The timing for recognizing facial expressions also is important for a robot because processing can be time consuming. We adopted an utterance as the key to expressing human feelings or mental states because humans tend to say something to express their feelings (Fujimura et al., 2011; Ikezoe et al., 2004; Koda et al., 2009; Nakano et al., 2009; Yoshitomi et al., 2000; Yoshitomi, 2010). In conversation, we utter many phonemes. We have selected vowel utterances for use as timings to recognize facial expressions because the number of vowels is very limited, and the waveforms of vowels tend to have a bigger amplitude and a longer utterance period than consonants. Accordingly, the timing range of each vowel can be relatively easily decided by a speech recognition system.
In this paper, we briefly look at a proposed method (Koda et al., 2009) for recognizing the facial expressions of a speaker. For this facial expression recognition, we select three image timings:
just before speaking, and speaking
the first vowel and
the last vowel in an utterance.
To apply the proposed method (Koda et al., 2009), three subjects spoke 25 Japanese given names that provide all combinations of first and last vowels. These utterances were used to prepare the training data and then the test data.
2. Speech recognition system
We use a speech recognition system called Julius (Kawahara et al., 2010b) to save as a wav file the timing positions of the start of speech, and the first and last vowels (Koda et al., 2009; Yoshitomi, 2010; Fujimura et al., 2011; Yoshitomi et al., 2011a).
Julius has been widely used by researchers and engineers, especially in Japan. Julius can achieve typically real-time dictation of a 20,000-60,000 word vocabulary with an accuracy of about 90% on a PC (Kawahara et al., 2010a). In the references (Kawahara et al., 2010a, 2010b; Lee & Kawahara, 2009), Julius is explained in detail. Based on these references, we briefly explain the characteristics of Julius.
Julius has been developed as a research software for large-vocabulary continuous speech recognition (LVCSR) since 1997, and is distributed under an open license together with source codes.

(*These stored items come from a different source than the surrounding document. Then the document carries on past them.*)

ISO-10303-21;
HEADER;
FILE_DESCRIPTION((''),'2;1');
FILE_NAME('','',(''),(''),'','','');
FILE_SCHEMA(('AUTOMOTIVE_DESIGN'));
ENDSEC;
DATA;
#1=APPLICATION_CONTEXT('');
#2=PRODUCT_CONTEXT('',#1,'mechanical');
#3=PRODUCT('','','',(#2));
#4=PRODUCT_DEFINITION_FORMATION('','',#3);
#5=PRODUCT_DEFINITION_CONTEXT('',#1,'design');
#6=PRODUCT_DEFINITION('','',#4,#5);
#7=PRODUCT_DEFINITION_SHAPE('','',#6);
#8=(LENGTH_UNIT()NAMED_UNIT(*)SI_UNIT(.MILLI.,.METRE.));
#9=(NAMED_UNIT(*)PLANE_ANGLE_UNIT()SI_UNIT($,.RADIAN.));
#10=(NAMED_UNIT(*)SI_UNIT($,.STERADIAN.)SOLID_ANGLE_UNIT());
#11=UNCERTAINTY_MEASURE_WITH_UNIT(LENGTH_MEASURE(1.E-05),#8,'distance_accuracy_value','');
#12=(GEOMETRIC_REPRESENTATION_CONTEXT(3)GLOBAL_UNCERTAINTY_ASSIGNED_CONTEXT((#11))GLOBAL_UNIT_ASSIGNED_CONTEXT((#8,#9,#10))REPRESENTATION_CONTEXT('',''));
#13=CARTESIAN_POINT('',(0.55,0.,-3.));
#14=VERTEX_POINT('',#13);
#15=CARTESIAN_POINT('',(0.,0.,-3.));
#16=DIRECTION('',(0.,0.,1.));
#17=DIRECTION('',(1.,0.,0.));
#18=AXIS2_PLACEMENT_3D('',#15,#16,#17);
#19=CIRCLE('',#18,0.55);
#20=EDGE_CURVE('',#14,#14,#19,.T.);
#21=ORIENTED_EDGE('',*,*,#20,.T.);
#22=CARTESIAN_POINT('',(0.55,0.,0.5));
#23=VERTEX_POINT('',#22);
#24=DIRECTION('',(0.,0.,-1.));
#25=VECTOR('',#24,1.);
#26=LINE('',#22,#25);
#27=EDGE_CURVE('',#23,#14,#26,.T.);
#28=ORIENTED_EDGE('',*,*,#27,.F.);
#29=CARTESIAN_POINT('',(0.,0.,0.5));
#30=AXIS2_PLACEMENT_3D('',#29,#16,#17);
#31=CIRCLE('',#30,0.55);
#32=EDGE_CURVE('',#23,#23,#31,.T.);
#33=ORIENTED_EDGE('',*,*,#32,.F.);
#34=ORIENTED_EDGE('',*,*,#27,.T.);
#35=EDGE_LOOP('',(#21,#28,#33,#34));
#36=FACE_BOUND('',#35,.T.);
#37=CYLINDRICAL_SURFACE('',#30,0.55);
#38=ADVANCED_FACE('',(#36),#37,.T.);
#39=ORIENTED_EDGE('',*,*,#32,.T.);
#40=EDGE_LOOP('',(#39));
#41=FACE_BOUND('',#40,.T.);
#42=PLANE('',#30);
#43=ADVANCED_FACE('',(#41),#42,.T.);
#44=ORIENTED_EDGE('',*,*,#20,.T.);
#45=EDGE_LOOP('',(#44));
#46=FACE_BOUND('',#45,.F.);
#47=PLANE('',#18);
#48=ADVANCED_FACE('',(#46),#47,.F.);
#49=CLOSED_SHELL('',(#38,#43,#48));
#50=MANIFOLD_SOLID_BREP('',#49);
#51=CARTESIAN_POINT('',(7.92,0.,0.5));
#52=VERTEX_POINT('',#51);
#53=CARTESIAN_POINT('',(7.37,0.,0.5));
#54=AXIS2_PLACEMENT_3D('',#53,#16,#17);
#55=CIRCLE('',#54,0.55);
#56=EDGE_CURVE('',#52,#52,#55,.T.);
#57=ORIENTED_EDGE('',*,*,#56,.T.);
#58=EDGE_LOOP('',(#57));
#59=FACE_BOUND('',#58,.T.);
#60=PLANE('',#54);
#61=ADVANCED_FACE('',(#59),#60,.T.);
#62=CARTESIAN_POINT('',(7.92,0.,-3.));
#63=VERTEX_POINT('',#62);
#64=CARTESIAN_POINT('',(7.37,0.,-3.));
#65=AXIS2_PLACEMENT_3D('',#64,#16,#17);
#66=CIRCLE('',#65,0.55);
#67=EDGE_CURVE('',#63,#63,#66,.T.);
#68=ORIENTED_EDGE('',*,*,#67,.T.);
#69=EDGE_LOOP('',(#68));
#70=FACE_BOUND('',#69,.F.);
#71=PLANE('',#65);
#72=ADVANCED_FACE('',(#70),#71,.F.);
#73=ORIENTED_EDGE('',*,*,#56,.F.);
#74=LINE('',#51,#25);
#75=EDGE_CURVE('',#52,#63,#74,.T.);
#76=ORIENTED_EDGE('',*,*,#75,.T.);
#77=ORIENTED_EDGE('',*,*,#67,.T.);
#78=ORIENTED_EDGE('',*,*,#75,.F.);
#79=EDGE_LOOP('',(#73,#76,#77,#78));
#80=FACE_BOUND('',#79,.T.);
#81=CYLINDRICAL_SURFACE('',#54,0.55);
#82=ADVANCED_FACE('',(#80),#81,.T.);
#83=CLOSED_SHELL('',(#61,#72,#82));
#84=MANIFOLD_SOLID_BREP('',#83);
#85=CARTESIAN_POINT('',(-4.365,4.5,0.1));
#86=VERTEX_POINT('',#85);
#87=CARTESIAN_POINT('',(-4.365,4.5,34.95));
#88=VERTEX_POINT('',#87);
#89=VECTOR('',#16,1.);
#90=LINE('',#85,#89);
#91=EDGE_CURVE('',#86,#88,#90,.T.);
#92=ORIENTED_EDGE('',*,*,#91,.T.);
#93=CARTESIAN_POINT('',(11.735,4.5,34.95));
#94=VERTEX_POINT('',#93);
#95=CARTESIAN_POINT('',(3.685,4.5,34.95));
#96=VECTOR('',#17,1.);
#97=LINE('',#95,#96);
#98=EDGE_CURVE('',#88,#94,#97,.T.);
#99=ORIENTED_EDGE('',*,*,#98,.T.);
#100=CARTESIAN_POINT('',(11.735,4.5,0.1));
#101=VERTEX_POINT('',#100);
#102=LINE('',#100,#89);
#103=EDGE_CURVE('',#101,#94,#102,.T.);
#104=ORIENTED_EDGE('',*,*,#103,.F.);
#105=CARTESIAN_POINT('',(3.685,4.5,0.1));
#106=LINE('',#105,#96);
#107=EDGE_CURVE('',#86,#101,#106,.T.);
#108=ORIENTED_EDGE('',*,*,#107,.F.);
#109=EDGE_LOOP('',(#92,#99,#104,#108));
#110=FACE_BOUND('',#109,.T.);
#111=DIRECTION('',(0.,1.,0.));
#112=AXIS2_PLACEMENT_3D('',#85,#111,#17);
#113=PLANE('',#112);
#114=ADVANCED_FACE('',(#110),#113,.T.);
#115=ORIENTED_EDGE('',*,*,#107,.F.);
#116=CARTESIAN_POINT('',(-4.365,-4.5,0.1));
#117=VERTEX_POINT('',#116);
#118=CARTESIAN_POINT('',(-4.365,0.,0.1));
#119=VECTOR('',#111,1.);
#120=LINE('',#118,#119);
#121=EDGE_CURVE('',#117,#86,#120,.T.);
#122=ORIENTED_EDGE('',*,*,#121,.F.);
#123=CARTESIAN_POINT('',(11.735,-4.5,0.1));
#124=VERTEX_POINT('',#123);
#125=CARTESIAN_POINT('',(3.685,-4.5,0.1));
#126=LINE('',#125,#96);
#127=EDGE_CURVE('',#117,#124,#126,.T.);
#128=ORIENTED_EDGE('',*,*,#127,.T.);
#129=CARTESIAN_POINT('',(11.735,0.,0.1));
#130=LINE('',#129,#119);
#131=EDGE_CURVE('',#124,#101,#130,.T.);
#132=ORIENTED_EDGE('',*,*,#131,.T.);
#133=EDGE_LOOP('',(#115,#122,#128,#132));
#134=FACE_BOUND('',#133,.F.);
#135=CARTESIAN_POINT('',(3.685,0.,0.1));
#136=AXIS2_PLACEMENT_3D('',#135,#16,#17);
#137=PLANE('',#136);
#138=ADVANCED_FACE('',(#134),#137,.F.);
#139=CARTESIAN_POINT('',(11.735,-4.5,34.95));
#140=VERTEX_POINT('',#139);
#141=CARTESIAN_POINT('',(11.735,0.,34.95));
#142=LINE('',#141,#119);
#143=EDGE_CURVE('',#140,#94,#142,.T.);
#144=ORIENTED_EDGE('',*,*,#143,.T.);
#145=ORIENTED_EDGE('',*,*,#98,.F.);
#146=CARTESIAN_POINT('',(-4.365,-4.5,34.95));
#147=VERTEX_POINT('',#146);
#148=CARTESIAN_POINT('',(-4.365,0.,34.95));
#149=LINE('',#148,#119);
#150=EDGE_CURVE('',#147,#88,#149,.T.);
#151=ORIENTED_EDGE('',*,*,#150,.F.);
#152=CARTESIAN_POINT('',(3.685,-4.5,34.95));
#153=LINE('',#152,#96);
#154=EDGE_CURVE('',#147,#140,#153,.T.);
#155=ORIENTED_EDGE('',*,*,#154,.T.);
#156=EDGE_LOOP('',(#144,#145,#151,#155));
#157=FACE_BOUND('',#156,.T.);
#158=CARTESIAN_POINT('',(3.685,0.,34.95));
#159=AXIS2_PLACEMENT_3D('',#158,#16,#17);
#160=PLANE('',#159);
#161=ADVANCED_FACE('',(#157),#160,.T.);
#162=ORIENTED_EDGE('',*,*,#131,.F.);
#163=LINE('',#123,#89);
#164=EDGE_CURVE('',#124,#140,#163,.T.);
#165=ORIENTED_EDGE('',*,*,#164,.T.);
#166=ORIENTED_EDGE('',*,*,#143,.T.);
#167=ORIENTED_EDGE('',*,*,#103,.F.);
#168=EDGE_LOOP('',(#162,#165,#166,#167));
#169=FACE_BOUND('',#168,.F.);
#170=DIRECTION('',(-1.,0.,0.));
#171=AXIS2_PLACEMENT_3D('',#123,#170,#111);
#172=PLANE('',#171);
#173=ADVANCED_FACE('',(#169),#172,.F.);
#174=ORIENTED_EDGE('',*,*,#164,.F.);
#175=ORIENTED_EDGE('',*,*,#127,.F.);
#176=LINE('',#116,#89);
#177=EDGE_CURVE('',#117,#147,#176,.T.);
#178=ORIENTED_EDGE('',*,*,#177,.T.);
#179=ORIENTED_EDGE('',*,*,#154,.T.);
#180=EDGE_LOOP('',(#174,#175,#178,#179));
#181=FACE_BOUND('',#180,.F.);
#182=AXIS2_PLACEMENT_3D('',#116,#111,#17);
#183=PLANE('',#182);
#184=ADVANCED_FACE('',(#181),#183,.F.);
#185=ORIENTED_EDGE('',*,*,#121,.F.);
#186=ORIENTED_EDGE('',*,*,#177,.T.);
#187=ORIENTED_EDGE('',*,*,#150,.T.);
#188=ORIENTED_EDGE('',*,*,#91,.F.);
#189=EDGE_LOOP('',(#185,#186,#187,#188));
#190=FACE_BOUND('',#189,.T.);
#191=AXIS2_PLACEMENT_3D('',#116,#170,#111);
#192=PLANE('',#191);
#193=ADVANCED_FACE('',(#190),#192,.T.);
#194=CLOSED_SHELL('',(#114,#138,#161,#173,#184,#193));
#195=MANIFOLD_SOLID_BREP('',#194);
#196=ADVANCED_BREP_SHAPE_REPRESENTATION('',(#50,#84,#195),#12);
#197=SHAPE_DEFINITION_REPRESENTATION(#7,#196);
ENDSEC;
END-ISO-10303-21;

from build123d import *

# Parameters (mm, degrees)
SKETCH_W     = 16.1
SKETCH_H     = 9
PAD_DEPTH    = 34.85
SKETCH001_R  = 0.55
PAD001_DEPTH = 3.5


with BuildPart() as pad:
    # Sketch → Pad (new body)
    with BuildSketch(Plane.XY.offset(0.1)):
        with Locations((3.685, 0)):
            Rectangle(SKETCH_W, SKETCH_H)
    extrude(amount=PAD_DEPTH)


with BuildPart() as pad001:
    # Sketch001 → Pad001 (new body)
    with BuildSketch(Plane.XY.offset(0.5)):
        Circle(SKETCH001_R)
        with Locations((7.37, 0)):
            Circle(SKETCH001_R)
    extrude(amount=-PAD001_DEPTH)


solid = Compound([pad.part, pad001.part])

Julius is an open-source software for Japanese LVCSR. Word N-gram, context-dependent Hidden Markov Model (HMM), tree lexicon, N-gram factoring, crossword context dependency handling, enveloped beam search, Gaussian pruning, and Gaussian selection are used as the main techniques in Julius. According to the references (Kawahara et al., 2010a, 2010b; Lee & Kawahara, 2009), the main characteristics of Julius are:
Real-time, high-speed, recognition based on a two-pass strategy.
Live audio input recognition via microphone/input socket.
Less than 32 M Bytes required for work area in memory.
Supports language model (LM) of N-gram, grammar, and isolated words.
Any LM in standard ARPA format and acoustic models in HTK ascii hmmdefs format can be used.
Set various search parameters. Alternate decoding algorithm can be chosen.
Triphone HMM/tied-mixture HMM/phonetic tied-mixture HMM with any number of states, mixtures and models are supported in HTK.
Most mel-frequency cepstral coefficients and their variants are supported in HTK.
Figure 1 shows examples of outputs by Julius. The figure shows the timing position at the start of speech, and each trimming range of the first and last vowels for the utterance of “Shinnya” pronounced by Subject A while expressing the emotions “angry,” “happy,” “neutral,” “sad,” and “surprised.”
3. Method for recognizing facial expressions
Figure 2 is a flowchart of the proposed method. We have two modules in our system. The first is for speech recognition and dynamic image analysis, and the second is for learning and recognition. In the module for learning and recognition, we embedded the module for for front-view face judgment, which is not described in this paper because it is not directly related to speech recognition. The procedure used, except for the pre-processing module for front-view face judgment (Fujimura et al., 2011), is explained below.
3.1. Speech recognition and dynamic image analysis
Figure 3 shows the waveform of the Japanese given name “Taro;” the timing position of the start of speech, and the timing ranges of the first vowel (/a/) and the last vowel (/o/) were decided by Julius. By using these three timing positions obtained from a wav file, three thermal image frames are extracted from an AVI file. For the timing position just before speaking, we use 84 ms, as determined in a previously reported study (Nakano et al., 2009). As the timing position of the first vowel, we use the position where the absolute value of the amplitude of the waveform is the maximum while speaking the vowel. For the timing position of the last vowel, we apply the same procedure used for the first vowel.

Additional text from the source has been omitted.